Wenn man dann die Tonart gefunden hat, muss man sich um die Umsetzung kümmern.

Die erste Version stellt die einfache Melodie dar. Die Tonwerte wurden entgegn der Notenvorlage so verändert, dass die meisten Noten als Viertelnoten auftreten, und dass keine Note kleiner als eine Achtel Note ist. Der Grund für diesen Arbeitsschritt: Die meisten Zupfmuster die hier im Folk- und Balladendiplom gezeigt werden, sind im 8el-Feeling dargestellt. Wenn auch die Liedvorlage nach dem Synkopieren (nächster Schritt) auch im 8el-Feeling vorliegt, lässt sich diese Bearbeitung leichter mit bekannten Pickingpattern in Verbindung bringen. Natürlich würde dieses auch mit niedrigeren Notenwerten funktionieren (16tel oder 32tel-Noten) aber das Notenbild wäre ungleich schwerer zu lesen.

Eigentlich würde eine einfache Akkordbezeichnung genügen. Wer jedoch das Balladendiplom begonnen hat, dem sind bestimmte Griffe schon unter die Finger gekommen, und der kann sich aus den erweiterten Akkorden ableiten, wie man hier im konkreten Fall greifen muss.

  • Die Akkordbezeichnung Gsus2 ergibt sich schlicht aus dem Akkord G-Dur mit dem Melodie-Ton A. An dieser Stelle muss also so ähnlich wie beim Gsus2 gegriffen werden. Da aber das hohe G (E-Saite 3. Bund) nicht mitgegriffen werden muss, kann man den Griff hier natürlich vereinfachen.
  • Der Akkord D7/F# entspricht wieder einem einfachen D7-Akkord, bei dem das hohe F# (E-Saite 2.Bund) in den Bass verlegt wurde.

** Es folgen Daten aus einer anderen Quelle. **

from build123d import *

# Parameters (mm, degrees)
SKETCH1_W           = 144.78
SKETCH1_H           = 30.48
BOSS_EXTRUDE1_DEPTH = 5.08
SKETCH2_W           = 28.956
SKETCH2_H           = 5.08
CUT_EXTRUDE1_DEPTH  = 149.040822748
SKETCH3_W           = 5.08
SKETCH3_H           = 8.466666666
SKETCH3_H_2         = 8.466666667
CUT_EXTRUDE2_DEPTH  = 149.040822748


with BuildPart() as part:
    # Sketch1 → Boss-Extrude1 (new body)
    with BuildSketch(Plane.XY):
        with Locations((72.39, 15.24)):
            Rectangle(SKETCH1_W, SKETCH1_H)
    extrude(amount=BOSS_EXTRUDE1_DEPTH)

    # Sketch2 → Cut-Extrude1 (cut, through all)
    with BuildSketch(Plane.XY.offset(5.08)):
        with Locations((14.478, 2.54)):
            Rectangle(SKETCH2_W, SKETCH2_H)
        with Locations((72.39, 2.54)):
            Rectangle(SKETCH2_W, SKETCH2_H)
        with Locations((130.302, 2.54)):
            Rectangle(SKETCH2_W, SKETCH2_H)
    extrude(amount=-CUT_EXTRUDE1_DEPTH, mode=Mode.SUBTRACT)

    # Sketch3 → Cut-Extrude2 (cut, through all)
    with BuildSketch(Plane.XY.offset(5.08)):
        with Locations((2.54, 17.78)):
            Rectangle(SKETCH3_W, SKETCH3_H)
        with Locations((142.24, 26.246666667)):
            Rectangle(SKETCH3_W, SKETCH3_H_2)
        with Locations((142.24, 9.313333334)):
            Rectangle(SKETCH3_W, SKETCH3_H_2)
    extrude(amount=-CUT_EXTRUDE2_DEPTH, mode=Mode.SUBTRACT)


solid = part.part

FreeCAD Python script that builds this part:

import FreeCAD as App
import Part
import Sketcher

V = App.Vector
Q = App.Units.Quantity


def add_polygon(sketch, points):
    """Adds a closed chain of lines whose ends are joined by coincident constraints."""
    first, n = sketch.GeometryCount, len(points)
    for a, b in zip(points, points[1:] + points[:1]):
        sketch.addGeometry(Part.LineSegment(App.Vector(*a, 0), App.Vector(*b, 0)), False)
    for i in range(n):
        sketch.addConstraint(Sketcher.Constraint("Coincident", first + i, 2, first + (i + 1) % n, 1))

doc = App.newDocument("Part")
params = doc.addObject("Spreadsheet::Sheet", "Params")
for row, (alias, value) in enumerate([
    ("sketch1_width", "5.7 in"),
    ("sketch1_height", "1.2 in"),
    ("pad1_length", "0.2 in"),
    ("sketch2_height", "0.2 in"),
    ("sketch2_width", "1.14 in"),
    ("sketch3_width", "0.2 in"),
], start=1):
    params.set(f"A{row}", alias)
    params.set(f"B{row}", "=" + value)
    params.setAlias(f"B{row}", alias)

body = doc.addObject("PartDesign::Body", "Body")

sketch1 = doc.addObject("Sketcher::SketchObject", "Sketch")
body.addObject(sketch1)
sketch1.AttachmentSupport = (doc.XY_Plane, [""])
sketch1.MapMode = "FlatFace"
add_polygon(sketch1, [(0, 30), (0, 0), (145, 0), (145, 30)])
sketch1.addConstraint([
    Sketcher.Constraint("Vertical", 0),
    Sketcher.Constraint("Horizontal", 1),
    Sketcher.Constraint("Vertical", 2),
    Sketcher.Constraint("Horizontal", 3),
    Sketcher.Constraint("Coincident", 0, 2, -1, 1),
    Sketcher.Constraint("DistanceX", 1, 1, 1, 2, Q("5.7 in")),
    Sketcher.Constraint("DistanceY", 0, 2, 0, 1, Q("1.2 in")),
])
sketch1.setExpression("Constraints[9]", "Params.sketch1_width")
sketch1.setExpression("Constraints[10]", "Params.sketch1_height")
pad1 = doc.addObject("PartDesign::Pad", "Pad")
body.addObject(pad1)
pad1.Profile = sketch1
pad1.setExpression("Length", "Params.pad1_length")

sketch2 = doc.addObject("Sketcher::SketchObject", "Sketch001")
body.addObject(sketch2)
sketch2.AttachmentSupport = (doc.XY_Plane, [""])
sketch2.MapMode = "FlatFace"
sketch2.AttachmentOffset = App.Placement(V(0, 0, 0.2 * 25.4), App.Rotation())
add_polygon(sketch2, [(0, 5), (0, 0), (29, 0), (29, 5)])
add_polygon(sketch2, [(58, 5), (58, 0), (87, 0), (87, 5)])
add_polygon(sketch2, [(116, 5), (116, 0), (145, 0), (145, 5)])
sketch2.addConstraint([
    Sketcher.Constraint("Vertical", 0),
    Sketcher.Constraint("Horizontal", 1),
    Sketcher.Constraint("Vertical", 2),
    Sketcher.Constraint("Horizontal", 3),
    Sketcher.Constraint("Vertical", 4),
    Sketcher.Constraint("Horizontal", 5),
    Sketcher.Constraint("Vertical", 6),
    Sketcher.Constraint("Horizontal", 7),
    Sketcher.Constraint("Vertical", 8),
    Sketcher.Constraint("Horizontal", 9),
    Sketcher.Constraint("Vertical", 10),
    Sketcher.Constraint("Horizontal", 11),
    Sketcher.Constraint("Coincident", 0, 2, -1, 1),
    Sketcher.Constraint("PointOnObject", 4, 2, -1),
    Sketcher.Constraint("PointOnObject", 8, 2, -1),
    Sketcher.Constraint("Horizontal", 3, 2, 6, 2),
    Sketcher.Constraint("Horizontal", 7, 2, 10, 2),
    Sketcher.Constraint("Equal", 3, 5),
    Sketcher.Constraint("Equal", 7, 9),
    Sketcher.Constraint("DistanceY", 0, 2, 0, 1, Q("0.2 in")),
    Sketcher.Constraint("DistanceX", 1, 1, 1, 2, Q("1.14 in")),
    Sketcher.Constraint("DistanceX", -1, 1, 9, 2, Q("5.7 in")),
    Sketcher.Constraint("DistanceX", -1, 1, 4, 2, Q("2.28 in")),
])
sketch2.setExpression("Constraints[31]", "Params.sketch2_height")
sketch2.setExpression("Constraints[32]", "Params.sketch2_width")
pocket1 = doc.addObject("PartDesign::Pocket", "Pocket")
body.addObject(pocket1)
pocket1.Profile = sketch2
pocket1.Type = "ThroughAll"

sketch3 = doc.addObject("Sketcher::SketchObject", "Sketch002")
body.addObject(sketch3)
sketch3.AttachmentSupport = (doc.XY_Plane, [""])
sketch3.MapMode = "FlatFace"
sketch3.AttachmentOffset = App.Placement(V(0, 0, 0.2 * 25.4), App.Rotation())
add_polygon(sketch3, [(0, 22), (0, 14), (5, 14), (5, 22)])
add_polygon(sketch3, [(140, 30), (140, 22), (145, 22), (145, 30)])
add_polygon(sketch3, [(140, 14), (140, 5), (145, 5), (145, 14)])
sketch3.addConstraint([
    Sketcher.Constraint("Vertical", 0),
    Sketcher.Constraint("Horizontal", 1),
    Sketcher.Constraint("Vertical", 2),
    Sketcher.Constraint("Horizontal", 3),
    Sketcher.Constraint("Vertical", 4),
    Sketcher.Constraint("Horizontal", 5),
    Sketcher.Constraint("Vertical", 6),
    Sketcher.Constraint("Horizontal", 7),
    Sketcher.Constraint("Vertical", 8),
    Sketcher.Constraint("Horizontal", 9),
    Sketcher.Constraint("Vertical", 10),
    Sketcher.Constraint("Horizontal", 11),
    Sketcher.Constraint("PointOnObject", 0, 2, -2),
    Sketcher.Constraint("Horizontal", 3, 2, 4, 2),
    Sketcher.Constraint("Horizontal", 1, 2, 10, 2),
    Sketcher.Constraint("Vertical", 7, 2, 8, 2),
    Sketcher.Constraint("Vertical", 6, 2, 9, 2),
    Sketcher.Constraint("Equal", 3, 5),
    Sketcher.Constraint("Equal", 2, 4),
    Sketcher.Constraint("Equal", 6, 8),
    Sketcher.Constraint("DistanceX", 1, 1, 1, 2, Q("0.2 in")),
    Sketcher.Constraint("DistanceY", 8, 2, 7, 2, Q("1 in")),
    Sketcher.Constraint("DistanceX", -1, 1, 4, 2, Q("5.5 in")),
    Sketcher.Constraint("DistanceY", -1, 1, 6, 2, Q("1.2 in")),
])
sketch3.setExpression("Constraints[32]", "Params.sketch3_width")
pocket2 = doc.addObject("PartDesign::Pocket", "Pocket001")
body.addObject(pocket2)
pocket2.Profile = sketch3
pocket2.Type = "ThroughAll"

doc.recompute()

Die Noten mit dem Hals nach oben entsprechen der Originalmelodie. Die Noten mit dem Hals nach unten sind die Begleitung. Und dieses ist ein einfacher Wechselbass, wie wir ihn schon aus den Zupfmustern kennen.

Im zweiten Schritt wurde die Melodie synkopiert. Es wurde einfach die erste Note in einem Takt um einen Achtel Notenwert verkürzt. Die restlichen Noten rutschen dadurch auf unbetonte Zählzeiten (also nicht mehr auf die Zahlen 1 2 3 4 sondern auf die "und" dazwischen).

Im dritten Schritt wurden die Melodie-Noten verdoppelt. Dabei wurde einfach der nächst tiefere Akkordton mit hinzugefügt. Man muss also, wenn man den Akkord kennt, gar nicht auf den genauen Notennamen des Begleittons achten. Das reicht schon für eine recht überzeugende Soloversion eines Volksliedes.

Als letzter Schritt in diesem Beispiel wird die Melodie an das Travis-Picking angepasst. Solange der Melodie gefolgt werden muss, unterscheidet sich diese Version kaum von der vorhergehenden synkopierten Version. Wenn die Melodie genügend Luft lässt, können weitere Fülltöne mit eingefügt werden. Es werden diejenigen Begleittöne eingefügt, die man auch beim Travis-Picking nehmen würde. (Achte auf die Eingeklammerten Töne. Die ergänzen das Picking-Stück zum Travis-Picking.)